DEPARTMENT OF HEALTH AND HUMAN SERVICES FORM APPROVED
CENTERS FOR MEDICARE & MEDICAID SERVICES OMB NO. 0938-0391
STATEMENT OF DEFICIENCIES
AND PLAN OF CORRECTION
(X1) PROVIDER/SUPPLIER/CLIA
IDENTIFICATION NUMBER
(X2) MULTIPLE CONSTRUCTION (X3) DATE SURVEY COMPLETED
111673 A. BUILDING __________
B. WING ______________
09/15/2021
NAME OF PROVIDER OR SUPPLIER STREET ADDRESS, CITY, STATE, ZIP
ASSURED HOSPICE CARE LLC 9B MEDICAL DRIVE, NE, CARTERSVILLE, GA, 30121
For information on the provider's plan to correct this deficiency, please contact the provider or the state survey agency.
(X4) ID
PREFIX
TAG
SUMMARY STATEMENT OF DEFICIENCIES
(EACH DEFICIENCY SHOULD BE PRECEDED BY FULL
REGULATORY OR LSC IDENTIFYING INFORMATION)
L0511      
38966 Based on review of clinical records, and staff interview, it was revealed that the hospice agency failed to report incident to Healthcare Facility Regulation Division (HFRD) in a timely manner for of one (1) of one (1) hospice patient (P#1). The findings include: On 9/14/21, at 2:23 p.m., an interview was conducted with Certified Nursing Assistant (CNA) who stated that she visited P#1 on 8/23/21. Personal care home (PCH) staff told hospice CNA that on 8/22/21, at approximately 8:30 p.m., that a male patient with a diagnosis of dementia dragged P#1 who was also a dementia patient. The male patient dragged P#1 from bed to the floor and P#1 sustained bruise on right elbow and small skin tear on right upper shoulder covered with bandage. CNA notified the hospice office immediately. On 9/15/21, at 12:57 p.m., an interview was conducted with a Registered Nurse (RN) AA, who stated that on-call hospice agency staff received a phone call on 8/22/21, around 10:30 p.m., from P#1's PCH staff, stated that P#1's was dragged from bed to the floor by another patient. The PCH staff told the on-call nurse not to come because P#1 was okay. Hospice agency sent RN AA, on 8/23/21, to visit P#1. RN AA stated that during assessment it revealed that P#1 had bruise on right elbow and skin tear on the right upper shoulder.
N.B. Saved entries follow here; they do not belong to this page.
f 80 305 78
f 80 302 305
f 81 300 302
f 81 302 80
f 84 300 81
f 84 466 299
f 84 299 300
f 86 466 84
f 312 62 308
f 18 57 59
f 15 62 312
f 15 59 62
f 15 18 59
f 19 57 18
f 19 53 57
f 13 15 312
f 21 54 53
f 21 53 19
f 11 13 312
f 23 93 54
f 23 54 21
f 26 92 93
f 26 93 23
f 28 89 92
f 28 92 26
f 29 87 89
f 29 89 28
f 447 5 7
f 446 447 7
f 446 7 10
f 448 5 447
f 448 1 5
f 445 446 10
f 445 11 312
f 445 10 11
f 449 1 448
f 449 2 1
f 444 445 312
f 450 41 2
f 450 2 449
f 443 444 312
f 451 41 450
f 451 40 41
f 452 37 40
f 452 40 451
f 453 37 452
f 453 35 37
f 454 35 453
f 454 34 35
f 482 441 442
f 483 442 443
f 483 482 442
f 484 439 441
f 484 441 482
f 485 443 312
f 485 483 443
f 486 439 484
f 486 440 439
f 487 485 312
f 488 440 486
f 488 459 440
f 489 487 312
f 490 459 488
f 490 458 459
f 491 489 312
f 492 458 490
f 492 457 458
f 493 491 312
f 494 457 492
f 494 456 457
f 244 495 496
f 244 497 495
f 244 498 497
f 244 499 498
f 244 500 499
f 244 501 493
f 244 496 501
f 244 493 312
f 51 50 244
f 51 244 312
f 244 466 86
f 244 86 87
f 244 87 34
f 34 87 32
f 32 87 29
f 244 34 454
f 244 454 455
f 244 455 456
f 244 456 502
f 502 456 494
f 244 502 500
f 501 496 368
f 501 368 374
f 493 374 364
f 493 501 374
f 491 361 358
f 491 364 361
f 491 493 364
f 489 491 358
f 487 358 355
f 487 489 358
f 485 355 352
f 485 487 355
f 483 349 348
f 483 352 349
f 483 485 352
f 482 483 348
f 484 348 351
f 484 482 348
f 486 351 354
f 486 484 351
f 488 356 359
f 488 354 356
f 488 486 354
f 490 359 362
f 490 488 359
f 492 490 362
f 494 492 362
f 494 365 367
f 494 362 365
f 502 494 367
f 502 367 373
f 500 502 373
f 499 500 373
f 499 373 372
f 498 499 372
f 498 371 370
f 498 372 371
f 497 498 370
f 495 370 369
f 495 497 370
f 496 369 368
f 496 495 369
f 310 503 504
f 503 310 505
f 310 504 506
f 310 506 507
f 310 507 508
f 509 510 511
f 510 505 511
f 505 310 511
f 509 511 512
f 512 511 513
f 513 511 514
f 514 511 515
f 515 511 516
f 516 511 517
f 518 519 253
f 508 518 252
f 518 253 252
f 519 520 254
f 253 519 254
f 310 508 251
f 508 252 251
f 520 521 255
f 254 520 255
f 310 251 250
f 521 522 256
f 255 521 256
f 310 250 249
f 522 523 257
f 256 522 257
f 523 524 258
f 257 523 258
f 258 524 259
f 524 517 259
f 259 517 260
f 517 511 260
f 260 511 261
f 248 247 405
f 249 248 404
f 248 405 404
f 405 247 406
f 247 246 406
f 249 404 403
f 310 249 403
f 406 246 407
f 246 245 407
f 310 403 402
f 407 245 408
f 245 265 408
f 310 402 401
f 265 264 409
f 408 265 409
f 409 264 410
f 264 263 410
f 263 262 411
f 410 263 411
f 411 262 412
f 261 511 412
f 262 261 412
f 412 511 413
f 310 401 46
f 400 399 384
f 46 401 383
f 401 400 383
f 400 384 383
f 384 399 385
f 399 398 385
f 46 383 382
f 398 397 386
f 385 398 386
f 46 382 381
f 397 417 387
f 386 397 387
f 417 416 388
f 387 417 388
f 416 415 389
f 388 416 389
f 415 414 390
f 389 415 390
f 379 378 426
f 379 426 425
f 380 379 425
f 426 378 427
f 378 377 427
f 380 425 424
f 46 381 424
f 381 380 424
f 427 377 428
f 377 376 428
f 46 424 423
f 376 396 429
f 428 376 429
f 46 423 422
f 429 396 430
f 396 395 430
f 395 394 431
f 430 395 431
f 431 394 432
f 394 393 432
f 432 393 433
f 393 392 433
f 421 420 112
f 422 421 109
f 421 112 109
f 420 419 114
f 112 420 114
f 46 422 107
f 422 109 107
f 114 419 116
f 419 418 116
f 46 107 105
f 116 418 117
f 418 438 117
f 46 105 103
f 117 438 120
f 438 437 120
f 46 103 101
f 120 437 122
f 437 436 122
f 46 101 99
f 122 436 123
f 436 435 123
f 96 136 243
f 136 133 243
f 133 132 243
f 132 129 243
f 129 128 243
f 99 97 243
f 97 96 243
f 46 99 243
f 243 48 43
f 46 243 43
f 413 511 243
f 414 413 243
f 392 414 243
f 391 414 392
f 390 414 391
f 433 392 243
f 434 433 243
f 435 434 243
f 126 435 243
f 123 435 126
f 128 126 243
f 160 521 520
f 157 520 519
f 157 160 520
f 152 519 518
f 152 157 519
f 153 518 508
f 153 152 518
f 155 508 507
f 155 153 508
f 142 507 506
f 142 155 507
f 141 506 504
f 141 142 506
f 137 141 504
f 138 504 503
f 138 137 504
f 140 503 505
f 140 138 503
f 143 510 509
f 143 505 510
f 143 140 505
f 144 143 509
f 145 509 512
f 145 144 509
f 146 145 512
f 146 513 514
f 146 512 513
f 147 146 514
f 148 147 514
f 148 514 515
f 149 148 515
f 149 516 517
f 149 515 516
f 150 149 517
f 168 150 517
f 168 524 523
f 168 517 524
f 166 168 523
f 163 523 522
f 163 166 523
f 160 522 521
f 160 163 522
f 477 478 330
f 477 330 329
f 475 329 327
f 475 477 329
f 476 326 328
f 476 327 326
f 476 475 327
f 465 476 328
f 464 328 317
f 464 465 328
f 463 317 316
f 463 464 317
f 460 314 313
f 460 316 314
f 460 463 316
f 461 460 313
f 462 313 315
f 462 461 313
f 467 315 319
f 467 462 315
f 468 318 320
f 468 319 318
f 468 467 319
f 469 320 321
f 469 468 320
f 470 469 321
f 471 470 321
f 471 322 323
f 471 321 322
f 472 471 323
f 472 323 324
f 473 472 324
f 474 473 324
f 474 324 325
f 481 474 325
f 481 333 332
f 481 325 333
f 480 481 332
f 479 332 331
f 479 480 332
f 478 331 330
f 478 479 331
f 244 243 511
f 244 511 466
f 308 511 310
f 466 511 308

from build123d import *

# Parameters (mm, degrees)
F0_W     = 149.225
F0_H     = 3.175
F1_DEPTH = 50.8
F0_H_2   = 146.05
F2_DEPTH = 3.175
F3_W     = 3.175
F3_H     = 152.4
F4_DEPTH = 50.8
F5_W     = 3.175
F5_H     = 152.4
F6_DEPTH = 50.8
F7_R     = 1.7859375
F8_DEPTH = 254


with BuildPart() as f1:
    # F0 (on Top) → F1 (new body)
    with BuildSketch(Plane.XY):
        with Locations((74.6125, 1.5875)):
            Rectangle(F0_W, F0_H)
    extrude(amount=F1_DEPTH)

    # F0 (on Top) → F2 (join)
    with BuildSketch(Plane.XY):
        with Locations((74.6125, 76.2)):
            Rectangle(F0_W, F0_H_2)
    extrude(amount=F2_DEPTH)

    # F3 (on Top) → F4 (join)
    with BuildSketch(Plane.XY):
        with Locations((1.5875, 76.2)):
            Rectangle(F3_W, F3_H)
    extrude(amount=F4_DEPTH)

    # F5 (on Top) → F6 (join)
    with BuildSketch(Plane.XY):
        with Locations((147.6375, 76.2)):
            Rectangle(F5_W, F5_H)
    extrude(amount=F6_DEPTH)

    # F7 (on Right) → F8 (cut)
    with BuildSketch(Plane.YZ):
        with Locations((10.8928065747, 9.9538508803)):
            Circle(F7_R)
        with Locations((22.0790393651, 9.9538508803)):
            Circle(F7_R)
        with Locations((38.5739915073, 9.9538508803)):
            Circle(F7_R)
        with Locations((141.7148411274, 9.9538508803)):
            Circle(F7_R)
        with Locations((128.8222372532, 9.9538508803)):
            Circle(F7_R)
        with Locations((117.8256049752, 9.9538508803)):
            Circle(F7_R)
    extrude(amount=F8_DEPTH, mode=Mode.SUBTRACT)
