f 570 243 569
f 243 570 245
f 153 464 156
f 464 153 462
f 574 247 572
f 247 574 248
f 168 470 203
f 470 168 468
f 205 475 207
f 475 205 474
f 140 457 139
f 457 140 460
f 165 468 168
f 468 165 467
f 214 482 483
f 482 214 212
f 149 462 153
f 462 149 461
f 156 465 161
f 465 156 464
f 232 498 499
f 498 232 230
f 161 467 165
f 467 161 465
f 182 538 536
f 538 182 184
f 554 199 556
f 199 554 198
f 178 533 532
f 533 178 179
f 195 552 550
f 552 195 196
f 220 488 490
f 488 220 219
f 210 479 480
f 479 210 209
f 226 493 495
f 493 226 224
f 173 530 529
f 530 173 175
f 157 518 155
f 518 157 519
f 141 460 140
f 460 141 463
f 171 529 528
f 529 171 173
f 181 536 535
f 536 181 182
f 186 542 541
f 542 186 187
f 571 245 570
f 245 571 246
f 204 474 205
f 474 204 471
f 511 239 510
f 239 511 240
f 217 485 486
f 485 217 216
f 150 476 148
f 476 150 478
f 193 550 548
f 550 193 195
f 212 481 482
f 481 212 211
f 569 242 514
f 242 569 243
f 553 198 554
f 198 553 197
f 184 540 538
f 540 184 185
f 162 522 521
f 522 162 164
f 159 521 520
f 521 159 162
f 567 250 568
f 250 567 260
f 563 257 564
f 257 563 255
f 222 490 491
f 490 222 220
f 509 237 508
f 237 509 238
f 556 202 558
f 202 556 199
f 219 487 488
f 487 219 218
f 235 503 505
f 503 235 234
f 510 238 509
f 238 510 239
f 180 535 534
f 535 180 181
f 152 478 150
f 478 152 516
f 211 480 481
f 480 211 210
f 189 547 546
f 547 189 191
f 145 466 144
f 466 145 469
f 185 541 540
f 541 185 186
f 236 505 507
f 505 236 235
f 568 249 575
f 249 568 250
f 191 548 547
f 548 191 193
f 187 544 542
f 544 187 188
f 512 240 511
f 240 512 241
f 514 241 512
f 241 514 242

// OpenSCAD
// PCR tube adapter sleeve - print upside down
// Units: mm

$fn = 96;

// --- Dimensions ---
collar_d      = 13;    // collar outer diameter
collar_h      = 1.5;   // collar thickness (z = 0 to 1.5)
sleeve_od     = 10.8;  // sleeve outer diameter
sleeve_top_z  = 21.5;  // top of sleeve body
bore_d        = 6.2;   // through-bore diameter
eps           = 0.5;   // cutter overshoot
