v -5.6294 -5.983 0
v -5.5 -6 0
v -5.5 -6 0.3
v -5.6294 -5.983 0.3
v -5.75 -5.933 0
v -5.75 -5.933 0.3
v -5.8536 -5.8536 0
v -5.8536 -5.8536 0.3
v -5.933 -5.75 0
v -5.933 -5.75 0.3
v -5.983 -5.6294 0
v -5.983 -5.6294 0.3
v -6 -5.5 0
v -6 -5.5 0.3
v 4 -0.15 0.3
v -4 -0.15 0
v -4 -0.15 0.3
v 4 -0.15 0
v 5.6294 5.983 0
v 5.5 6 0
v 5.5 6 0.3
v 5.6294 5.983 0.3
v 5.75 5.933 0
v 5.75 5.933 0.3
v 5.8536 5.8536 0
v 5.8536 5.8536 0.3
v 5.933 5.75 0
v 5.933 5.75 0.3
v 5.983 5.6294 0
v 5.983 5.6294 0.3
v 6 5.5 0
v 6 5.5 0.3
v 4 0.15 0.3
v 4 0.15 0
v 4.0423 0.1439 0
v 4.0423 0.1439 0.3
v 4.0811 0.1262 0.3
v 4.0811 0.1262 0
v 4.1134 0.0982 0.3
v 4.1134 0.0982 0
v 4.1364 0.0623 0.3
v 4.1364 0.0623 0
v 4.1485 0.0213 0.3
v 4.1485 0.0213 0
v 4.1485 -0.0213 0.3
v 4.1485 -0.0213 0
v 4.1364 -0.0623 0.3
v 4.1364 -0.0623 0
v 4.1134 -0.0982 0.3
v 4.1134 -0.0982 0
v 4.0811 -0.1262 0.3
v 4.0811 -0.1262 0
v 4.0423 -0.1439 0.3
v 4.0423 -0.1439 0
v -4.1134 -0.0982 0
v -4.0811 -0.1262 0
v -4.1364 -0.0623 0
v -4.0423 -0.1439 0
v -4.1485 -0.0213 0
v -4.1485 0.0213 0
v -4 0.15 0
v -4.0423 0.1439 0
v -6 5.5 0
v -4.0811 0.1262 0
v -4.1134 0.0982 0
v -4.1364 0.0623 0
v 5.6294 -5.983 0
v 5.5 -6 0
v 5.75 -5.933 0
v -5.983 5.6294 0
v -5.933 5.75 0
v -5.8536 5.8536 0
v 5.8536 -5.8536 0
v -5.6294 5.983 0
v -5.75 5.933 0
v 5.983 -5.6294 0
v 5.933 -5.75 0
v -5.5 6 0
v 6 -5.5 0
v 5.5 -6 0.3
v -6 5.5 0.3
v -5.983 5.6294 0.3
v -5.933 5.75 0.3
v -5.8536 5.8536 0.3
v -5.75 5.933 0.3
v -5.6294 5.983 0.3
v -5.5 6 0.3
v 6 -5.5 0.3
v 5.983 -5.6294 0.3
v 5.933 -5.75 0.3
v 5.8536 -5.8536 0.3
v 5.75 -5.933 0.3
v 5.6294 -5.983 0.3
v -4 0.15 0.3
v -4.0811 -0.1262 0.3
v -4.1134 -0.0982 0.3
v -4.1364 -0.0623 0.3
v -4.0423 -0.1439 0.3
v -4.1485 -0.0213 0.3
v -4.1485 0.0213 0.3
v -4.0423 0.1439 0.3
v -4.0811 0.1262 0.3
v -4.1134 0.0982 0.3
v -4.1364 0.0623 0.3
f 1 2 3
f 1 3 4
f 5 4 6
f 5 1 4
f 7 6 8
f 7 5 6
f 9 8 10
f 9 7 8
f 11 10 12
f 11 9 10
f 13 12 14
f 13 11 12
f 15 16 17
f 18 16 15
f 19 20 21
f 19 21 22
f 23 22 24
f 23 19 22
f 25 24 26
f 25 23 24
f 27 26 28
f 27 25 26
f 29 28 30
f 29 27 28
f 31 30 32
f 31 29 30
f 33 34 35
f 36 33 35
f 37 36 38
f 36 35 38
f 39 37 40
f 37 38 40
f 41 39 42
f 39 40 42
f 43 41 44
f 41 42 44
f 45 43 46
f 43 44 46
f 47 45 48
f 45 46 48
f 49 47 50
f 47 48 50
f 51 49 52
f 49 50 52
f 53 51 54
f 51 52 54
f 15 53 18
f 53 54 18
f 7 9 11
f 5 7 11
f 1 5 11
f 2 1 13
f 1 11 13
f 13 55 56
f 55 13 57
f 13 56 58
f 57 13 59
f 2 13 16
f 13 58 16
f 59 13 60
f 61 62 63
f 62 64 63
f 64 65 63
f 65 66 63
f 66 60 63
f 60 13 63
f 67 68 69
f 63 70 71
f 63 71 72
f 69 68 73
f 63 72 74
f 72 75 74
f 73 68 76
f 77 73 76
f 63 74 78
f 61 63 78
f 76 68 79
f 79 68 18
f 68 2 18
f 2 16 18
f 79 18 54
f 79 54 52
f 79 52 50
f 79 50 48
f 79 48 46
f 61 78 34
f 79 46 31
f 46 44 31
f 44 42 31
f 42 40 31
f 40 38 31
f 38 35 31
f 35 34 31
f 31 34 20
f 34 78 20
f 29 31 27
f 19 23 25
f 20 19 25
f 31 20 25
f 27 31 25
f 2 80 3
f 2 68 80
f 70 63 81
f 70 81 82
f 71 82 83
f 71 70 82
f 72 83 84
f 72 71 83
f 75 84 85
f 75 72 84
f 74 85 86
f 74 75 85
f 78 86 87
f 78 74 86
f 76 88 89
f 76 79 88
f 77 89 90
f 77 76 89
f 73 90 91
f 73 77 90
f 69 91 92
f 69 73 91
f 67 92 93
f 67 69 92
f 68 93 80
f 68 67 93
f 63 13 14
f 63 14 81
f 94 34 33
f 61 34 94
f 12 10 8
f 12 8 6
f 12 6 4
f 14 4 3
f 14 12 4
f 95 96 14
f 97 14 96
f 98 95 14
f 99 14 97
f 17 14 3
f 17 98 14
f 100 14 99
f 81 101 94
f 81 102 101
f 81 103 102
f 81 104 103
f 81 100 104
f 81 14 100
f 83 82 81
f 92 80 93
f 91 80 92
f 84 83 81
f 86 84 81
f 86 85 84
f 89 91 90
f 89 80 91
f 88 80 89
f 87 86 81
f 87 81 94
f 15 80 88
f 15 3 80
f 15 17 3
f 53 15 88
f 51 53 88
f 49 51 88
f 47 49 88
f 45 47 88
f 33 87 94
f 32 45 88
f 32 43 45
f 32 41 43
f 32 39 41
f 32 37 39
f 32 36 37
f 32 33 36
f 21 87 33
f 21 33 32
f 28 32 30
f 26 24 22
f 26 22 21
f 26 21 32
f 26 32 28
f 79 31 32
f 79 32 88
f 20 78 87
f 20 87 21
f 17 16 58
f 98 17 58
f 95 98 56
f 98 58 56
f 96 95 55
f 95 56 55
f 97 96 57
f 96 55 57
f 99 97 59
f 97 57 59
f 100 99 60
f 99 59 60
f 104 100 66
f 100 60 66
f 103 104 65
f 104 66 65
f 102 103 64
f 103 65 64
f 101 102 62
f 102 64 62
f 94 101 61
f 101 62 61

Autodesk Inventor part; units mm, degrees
ref_plane "YZ Plane" through (0, 0, 0) normal (1, 0, 0) x (0, 1, 0)
ref_plane "XZ Plane" through (0, 0, 0) normal (0, 1, 0) x (-1, 0, 0)
ref_plane "XY Plane" through (0, 0, 0) normal (0, 0, 1) x (1, 0, 0)
sketch "Sketch1" plane through (0, 0, 0) normal (0, 0, 1) x (1, 0, 0)
  line L0 (-5.5, 6) -> (5.5, 6)
  line L1 (6, 5.5) -> (6, -5.5)
  line L2 (5.5, -6) -> (-5.5, -6)
  line L3 (-6, -5.5) -> (-6, 5.5)
  line L4 (-6, 6) -> (6, -6) construction
  line L5 (6, 6) -> (-6, -6) construction
  line L6 (-4, 0) -> (4, 0) construction
  line L7 (-4, -0.15) -> (4, -0.15)
  line L8 (4, 0.15) -> (-4, 0.15)
  arc A0 (-4, 0.15) -> (-4, -0.15) centre (-4, 0) ccw
  arc A1 (4, -0.15) -> (4, 0.15) centre (4, 0) ccw
  arc A2 (-5.5, 6) -> (-6, 5.5) centre (-5.5, 5.5) ccw
  arc A3 (-6, -5.5) -> (-5.5, -6) centre (-5.5, -5.5) ccw
  arc A4 (5.5, -6) -> (6, -5.5) centre (5.5, -5.5) ccw
  arc A5 (6, 5.5) -> (5.5, 6) centre (5.5, 5.5) ccw
  point P0 (0, 0)
  dimension "d0" = 12
  dimension "d1" = 12
  dimension "d2" = 4
  dimension "d3" = 0.3
  dimension "d4" = 0.5
extrude "Plate1" add sketch "Sketch1" along normal blind 0.3
equation "\"d5\" = Thickness"
equation "\"BendRadius\" = Thickness"
equation "\"BendReliefWidth\" = Thickness"
equation "\"BendReliefDepth\" = 0.5 * Thickness"
equation "\"CornerReliefSize\" = 4 * Thickness"
equation "\"MinimumRemnant\" = 2 * Thickness"
equation "\"TransitionRadius\" = BendRadius"
equation "\"JacobiRadiusSize\" = BendRadius"
equation "\"GapSize\" = Thickness"
equation "\"Thickness\" = 0.3"
properties part number "Slit" material "Stainless Steel, Austenitic"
RN AA treated P#1 and notified patient's family and his Director of Nursing. On 9/15/21, at 1:00 p.m., an interview was conducted with Administrator, stated that they were notified by RN AA and CNA, and the Director of Nursing notified the corporate. The Administrator spoke with P#1's family and they moved P#1 on 8/26/21, to their inpatient hospice care for safety. Patient #1 expired on 9/12/21, not related to the incident per physician's report. The Administrator said that they did not notify Healthcare Facility Regulations Department (HFRD) because P#1's family called Adult Protective Services (APS).